Most startups and quick-risers promoted publicly are building intellectual property on top of open source software stacks. Aside from avoiding upfront investments towards license, is there any positive impact in doing so?
Several posts on the Internet that I found (http://wrlawfirm.com/BlogWP/featured_business_legal_articles/open-source-can-impact-a-company-valuation/ and http://timreview.ca/article/324 ) seem to agree that using open source software stack has adverse impact on company valuation due to the higher risk in licensing infringement, etc.
What provides a better company valuation:
which one values more: OSS + proprietary IP, or
license ownership + proprietary IP
Start-ups and quick-risers are building upon open-source software for a number of reasons:
I would argue that it is more important to choose the correct tools so that products/services that will generate revenue can be developed within the shortest available time-scales.

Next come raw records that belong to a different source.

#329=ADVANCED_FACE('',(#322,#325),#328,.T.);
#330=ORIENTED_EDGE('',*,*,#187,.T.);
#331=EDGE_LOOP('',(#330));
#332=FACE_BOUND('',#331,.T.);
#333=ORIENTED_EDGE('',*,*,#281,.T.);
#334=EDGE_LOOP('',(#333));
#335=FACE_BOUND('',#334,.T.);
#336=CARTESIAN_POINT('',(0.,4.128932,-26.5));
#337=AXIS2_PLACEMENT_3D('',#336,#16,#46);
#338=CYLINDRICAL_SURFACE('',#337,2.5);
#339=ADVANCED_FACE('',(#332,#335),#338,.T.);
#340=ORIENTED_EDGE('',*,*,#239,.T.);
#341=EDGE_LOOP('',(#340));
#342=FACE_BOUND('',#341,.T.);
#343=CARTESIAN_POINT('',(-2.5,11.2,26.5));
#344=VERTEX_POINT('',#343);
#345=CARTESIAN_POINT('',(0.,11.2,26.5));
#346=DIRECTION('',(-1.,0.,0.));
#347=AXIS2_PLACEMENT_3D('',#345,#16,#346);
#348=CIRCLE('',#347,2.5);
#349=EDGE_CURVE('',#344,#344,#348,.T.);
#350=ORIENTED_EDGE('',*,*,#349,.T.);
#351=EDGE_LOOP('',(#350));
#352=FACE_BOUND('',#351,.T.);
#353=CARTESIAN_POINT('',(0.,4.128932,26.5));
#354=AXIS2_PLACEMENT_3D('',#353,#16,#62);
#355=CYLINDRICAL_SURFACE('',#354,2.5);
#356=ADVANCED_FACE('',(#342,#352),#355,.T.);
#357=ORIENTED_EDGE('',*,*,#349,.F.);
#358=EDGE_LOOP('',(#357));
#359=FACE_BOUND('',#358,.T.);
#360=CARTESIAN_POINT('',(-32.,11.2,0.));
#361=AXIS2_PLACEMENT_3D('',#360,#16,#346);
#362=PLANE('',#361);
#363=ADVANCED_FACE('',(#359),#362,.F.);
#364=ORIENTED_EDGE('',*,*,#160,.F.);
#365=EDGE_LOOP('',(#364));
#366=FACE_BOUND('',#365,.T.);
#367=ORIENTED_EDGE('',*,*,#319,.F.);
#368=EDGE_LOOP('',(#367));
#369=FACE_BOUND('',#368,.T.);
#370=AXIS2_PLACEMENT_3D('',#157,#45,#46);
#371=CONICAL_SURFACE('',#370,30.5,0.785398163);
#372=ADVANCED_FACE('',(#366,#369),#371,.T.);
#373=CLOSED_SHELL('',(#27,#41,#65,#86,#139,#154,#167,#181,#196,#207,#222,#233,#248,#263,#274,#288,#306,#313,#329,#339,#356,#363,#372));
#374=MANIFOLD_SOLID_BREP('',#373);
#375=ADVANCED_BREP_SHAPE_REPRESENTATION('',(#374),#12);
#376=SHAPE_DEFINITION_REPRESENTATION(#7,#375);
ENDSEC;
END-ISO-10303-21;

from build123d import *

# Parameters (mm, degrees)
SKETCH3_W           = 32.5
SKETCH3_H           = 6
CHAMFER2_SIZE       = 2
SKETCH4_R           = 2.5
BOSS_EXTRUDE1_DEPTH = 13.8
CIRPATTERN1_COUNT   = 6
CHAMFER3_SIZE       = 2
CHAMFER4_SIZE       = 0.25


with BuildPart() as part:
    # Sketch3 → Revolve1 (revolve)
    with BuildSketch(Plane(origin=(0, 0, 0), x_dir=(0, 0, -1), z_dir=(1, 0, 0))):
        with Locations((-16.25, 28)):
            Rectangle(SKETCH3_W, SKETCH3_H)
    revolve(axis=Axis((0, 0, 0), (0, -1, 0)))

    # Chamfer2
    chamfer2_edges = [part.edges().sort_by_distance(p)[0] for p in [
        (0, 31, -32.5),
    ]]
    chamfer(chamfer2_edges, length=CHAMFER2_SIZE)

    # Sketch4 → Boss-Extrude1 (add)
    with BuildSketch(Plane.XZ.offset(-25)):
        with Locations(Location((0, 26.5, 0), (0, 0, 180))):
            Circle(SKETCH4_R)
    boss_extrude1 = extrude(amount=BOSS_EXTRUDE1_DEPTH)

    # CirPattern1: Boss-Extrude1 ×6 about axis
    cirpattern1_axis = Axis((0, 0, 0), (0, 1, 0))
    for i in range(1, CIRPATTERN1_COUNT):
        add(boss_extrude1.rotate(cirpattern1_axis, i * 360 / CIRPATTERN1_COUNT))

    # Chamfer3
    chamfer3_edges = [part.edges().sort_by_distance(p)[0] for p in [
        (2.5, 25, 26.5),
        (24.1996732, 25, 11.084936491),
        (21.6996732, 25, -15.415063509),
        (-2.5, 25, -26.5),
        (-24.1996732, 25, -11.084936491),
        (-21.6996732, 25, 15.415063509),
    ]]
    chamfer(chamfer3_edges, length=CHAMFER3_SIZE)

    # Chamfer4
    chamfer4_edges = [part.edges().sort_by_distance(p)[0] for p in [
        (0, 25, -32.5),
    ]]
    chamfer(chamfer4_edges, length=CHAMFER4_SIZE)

I would characterize the first article as FUD. The gist of the article is that if you violate an open source license, you could be sued. That is true, but it is straightforward to use open source software and comply with the licenses. If you want to be really cautious, limit your self to BSD/MIT style licenses, which are very permissive and very easy to comply with.
The second article is TL;DR.
I worked at a small startup that got acquired by a very large company. During the acquisition, the acquiring company took a very close look at our use of OSS (and we used a lot). Our use of OSS had no effect on the valuation.
It affects your valuation positively and negatively.
First, negatively. Using open source software will decrease your valuation (from the perspective of the ones doing the valuation), because it's not an asset that belongs to you, and it's not an asset that you control. Had the same software been owned by you, your company would be worth more.
Now, positively. My company developed a product where we used two large, open source software libraries. Had we developed those libraries ourselves, we'd be two years behind where we are today, and worth a lot less.
So, it just depends on how you look at it.
This is honestly too difficult of a question to answer in generalities because in the end, the answer is "it depends."
As Brian said, building upon OSS helps bring your product to market quicker, but at the same time, it's not something that you can control.
In the short term, if you're looking for funding, I would say it devalues your company because it's not an asset you can control.
But once you have a product to market, and you've made tweaks to the OSS to fit your individual requirements as you've gone, and you're finally at the point where it's your product, and you're making money from it, it can possibly increase your value.
If you're looking at being acquired by a company though, it all falls down to how much someone is willing to pay for you.